> **RECORD SET**
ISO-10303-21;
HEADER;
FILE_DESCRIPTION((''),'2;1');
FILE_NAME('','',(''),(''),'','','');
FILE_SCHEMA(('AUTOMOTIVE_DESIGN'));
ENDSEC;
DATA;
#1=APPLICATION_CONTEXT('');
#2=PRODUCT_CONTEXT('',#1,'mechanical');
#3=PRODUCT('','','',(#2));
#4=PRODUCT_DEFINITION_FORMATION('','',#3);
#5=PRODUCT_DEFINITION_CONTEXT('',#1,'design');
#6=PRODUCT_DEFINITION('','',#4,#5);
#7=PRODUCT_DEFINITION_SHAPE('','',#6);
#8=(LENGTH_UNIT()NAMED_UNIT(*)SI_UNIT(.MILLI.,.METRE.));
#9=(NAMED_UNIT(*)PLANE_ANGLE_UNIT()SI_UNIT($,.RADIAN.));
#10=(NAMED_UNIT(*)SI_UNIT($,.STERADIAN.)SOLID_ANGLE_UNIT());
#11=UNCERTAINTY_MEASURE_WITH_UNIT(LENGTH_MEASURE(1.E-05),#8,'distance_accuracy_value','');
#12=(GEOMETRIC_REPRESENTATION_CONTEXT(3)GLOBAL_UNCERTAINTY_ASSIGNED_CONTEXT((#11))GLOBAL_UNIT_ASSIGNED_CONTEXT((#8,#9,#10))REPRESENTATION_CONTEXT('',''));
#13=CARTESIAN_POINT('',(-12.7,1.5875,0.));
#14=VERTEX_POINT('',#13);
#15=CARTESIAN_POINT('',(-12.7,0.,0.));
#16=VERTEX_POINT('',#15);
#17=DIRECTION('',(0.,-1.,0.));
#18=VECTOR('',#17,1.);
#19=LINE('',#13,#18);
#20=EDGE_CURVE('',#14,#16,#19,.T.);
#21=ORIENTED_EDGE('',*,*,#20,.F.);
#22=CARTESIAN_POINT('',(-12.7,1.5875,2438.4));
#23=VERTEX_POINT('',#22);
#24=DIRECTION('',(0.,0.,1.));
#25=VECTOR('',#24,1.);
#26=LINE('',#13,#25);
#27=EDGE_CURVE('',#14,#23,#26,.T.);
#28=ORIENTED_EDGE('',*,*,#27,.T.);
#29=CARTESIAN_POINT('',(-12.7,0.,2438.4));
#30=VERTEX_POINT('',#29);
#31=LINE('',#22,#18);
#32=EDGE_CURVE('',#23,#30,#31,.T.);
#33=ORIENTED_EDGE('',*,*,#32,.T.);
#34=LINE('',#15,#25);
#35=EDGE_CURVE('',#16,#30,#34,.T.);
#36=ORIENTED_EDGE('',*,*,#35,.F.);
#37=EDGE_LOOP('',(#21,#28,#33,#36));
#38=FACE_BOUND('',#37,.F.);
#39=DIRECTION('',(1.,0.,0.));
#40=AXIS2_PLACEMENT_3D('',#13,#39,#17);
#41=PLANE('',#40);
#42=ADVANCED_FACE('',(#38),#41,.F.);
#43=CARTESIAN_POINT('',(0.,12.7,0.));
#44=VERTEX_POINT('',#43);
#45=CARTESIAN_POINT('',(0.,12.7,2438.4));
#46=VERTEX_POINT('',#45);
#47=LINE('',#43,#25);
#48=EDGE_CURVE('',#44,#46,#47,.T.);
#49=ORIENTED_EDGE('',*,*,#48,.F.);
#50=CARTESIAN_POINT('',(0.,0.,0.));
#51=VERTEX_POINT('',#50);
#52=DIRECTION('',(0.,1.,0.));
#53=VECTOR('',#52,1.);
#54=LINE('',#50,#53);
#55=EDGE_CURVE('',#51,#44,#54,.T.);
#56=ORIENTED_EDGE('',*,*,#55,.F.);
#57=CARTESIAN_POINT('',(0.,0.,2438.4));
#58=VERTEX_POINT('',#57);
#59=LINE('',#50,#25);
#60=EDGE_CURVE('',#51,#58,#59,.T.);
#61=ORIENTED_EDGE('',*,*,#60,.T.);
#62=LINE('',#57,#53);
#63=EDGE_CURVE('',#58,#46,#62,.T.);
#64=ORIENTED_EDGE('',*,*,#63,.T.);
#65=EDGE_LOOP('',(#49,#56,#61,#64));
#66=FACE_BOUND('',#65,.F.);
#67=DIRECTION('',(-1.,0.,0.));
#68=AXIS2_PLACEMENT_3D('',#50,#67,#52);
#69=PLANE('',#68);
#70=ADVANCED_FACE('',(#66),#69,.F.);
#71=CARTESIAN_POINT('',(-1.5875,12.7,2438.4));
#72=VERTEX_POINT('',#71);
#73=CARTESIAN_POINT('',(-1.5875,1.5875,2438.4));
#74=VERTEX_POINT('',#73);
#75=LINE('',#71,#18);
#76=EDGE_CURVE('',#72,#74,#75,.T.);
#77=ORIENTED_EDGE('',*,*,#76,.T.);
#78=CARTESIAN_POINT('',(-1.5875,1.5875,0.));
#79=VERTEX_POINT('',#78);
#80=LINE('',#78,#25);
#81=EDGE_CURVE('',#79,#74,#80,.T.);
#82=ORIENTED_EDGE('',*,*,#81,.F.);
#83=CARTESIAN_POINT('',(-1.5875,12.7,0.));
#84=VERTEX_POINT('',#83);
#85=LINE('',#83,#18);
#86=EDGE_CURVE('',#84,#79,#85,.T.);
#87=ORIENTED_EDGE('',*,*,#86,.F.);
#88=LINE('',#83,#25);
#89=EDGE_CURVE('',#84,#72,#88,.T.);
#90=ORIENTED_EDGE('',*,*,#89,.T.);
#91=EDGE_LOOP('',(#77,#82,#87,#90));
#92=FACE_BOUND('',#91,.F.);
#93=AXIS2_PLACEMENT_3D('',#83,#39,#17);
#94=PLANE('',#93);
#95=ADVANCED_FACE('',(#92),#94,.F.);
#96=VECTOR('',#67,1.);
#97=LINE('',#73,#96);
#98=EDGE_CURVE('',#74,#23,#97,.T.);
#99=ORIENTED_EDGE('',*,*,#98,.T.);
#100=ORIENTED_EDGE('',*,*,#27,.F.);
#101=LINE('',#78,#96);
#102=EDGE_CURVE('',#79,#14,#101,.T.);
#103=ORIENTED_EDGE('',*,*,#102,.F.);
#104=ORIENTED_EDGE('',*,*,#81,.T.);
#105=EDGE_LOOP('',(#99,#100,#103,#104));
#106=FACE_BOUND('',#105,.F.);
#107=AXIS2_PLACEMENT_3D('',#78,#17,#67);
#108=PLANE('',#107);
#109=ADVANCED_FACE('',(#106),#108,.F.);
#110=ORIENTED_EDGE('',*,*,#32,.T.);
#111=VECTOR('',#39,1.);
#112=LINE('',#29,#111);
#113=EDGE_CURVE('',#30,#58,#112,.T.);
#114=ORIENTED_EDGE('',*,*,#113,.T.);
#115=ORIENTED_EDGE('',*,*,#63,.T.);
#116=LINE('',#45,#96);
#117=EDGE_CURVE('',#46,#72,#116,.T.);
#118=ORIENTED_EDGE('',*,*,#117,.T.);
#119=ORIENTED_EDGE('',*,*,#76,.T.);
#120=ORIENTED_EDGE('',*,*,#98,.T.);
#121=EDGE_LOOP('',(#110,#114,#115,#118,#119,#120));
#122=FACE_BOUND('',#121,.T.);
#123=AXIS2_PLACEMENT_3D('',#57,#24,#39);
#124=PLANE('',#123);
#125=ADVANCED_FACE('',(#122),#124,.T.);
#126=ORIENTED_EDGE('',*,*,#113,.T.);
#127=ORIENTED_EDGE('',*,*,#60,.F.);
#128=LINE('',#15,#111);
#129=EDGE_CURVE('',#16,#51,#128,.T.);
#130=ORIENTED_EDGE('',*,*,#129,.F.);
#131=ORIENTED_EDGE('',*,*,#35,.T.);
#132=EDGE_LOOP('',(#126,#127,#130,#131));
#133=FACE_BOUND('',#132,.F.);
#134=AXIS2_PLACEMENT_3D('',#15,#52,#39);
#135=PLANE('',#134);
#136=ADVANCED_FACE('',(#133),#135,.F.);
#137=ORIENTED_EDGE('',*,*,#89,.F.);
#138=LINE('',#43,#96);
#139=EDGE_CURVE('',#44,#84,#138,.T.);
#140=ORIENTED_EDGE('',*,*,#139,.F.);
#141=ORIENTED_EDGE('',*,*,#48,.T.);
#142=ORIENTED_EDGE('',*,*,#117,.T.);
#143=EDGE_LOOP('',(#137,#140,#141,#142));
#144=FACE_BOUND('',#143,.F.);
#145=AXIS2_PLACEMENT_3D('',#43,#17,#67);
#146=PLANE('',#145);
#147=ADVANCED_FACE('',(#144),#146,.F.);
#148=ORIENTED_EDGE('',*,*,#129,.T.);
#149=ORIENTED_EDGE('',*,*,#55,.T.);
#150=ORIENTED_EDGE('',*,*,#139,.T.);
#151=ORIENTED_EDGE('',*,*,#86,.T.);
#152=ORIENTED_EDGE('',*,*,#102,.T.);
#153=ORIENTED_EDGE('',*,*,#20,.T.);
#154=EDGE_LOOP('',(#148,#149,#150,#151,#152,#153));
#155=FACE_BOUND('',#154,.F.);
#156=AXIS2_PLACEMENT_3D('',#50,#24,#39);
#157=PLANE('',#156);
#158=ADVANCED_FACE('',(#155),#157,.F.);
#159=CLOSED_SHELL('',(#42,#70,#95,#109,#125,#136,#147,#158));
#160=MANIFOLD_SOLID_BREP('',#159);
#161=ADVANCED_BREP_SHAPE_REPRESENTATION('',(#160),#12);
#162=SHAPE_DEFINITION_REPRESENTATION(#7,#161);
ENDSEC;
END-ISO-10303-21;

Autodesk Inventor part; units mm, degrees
ref_plane "YZ Plane" through (0, 0, 0) normal (1, 0, 0) x (0, 1, 0)
ref_plane "XZ Plane" through (0, 0, 0) normal (0, 1, 0) x (-1, 0, 0)
ref_plane "XY Plane" through (0, 0, 0) normal (0, 0, 1) x (1, 0, 0)
sketch "Sketch1" plane through (0, 0, 0) normal (0, 0, 1) x (1, 0, 0)
  line L0 (0, 0) -> (0, 12.7)
  line L1 (0, 12.7) -> (-1.5875, 12.7)
  line L2 (-1.5875, 12.7) -> (-1.5875, 1.5875)
  line L3 (-1.5875, 1.5875) -> (-12.7, 1.5875)
  line L4 (-12.7, 1.5875) -> (-12.7, 0)
  line L5 (-12.7, 0) -> (0, 0)
  dimension "d0" = 12.7
  dimension "d1" = 1.5875
  dimension "d2" = 11.1125
  dimension "d3" = 11.1125
extrude "Extrusion1" add sketch "Sketch1" along normal blind 2438.4
properties part number "LongL96"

> **THE PROBLEM**
As listed above, the lines from the line with "#43=CARTESIAN_POINT('',(0.,12.7,0.));" to the line with "#61=ORIENTED_EDGE('',*,*,#60,.T.);" are to be echoed exactly, with both ends included and nothing added.

> **RESPONSE AREA**
#43=CARTESIAN_POINT('',(0.,12.7,0.));
#44=VERTEX_POINT('',#43);
#45=CARTESIAN_POINT('',(0.,12.7,2438.4));
#46=VERTEX_POINT('',#45);
#47=LINE('',#43,#25);
#48=EDGE_CURVE('',#44,#46,#47,.T.);
#49=ORIENTED_EDGE('',*,*,#48,.F.);
#50=CARTESIAN_POINT('',(0.,0.,0.));
#51=VERTEX_POINT('',#50);
#52=DIRECTION('',(0.,1.,0.));
#53=VECTOR('',#52,1.);
#54=LINE('',#50,#53);
#55=EDGE_CURVE('',#51,#44,#54,.T.);
#56=ORIENTED_EDGE('',*,*,#55,.F.);
#57=CARTESIAN_POINT('',(0.,0.,2438.4));
#58=VERTEX_POINT('',#57);
#59=LINE('',#50,#25);
#60=EDGE_CURVE('',#51,#58,#59,.T.);
#61=ORIENTED_EDGE('',*,*,#60,.T.);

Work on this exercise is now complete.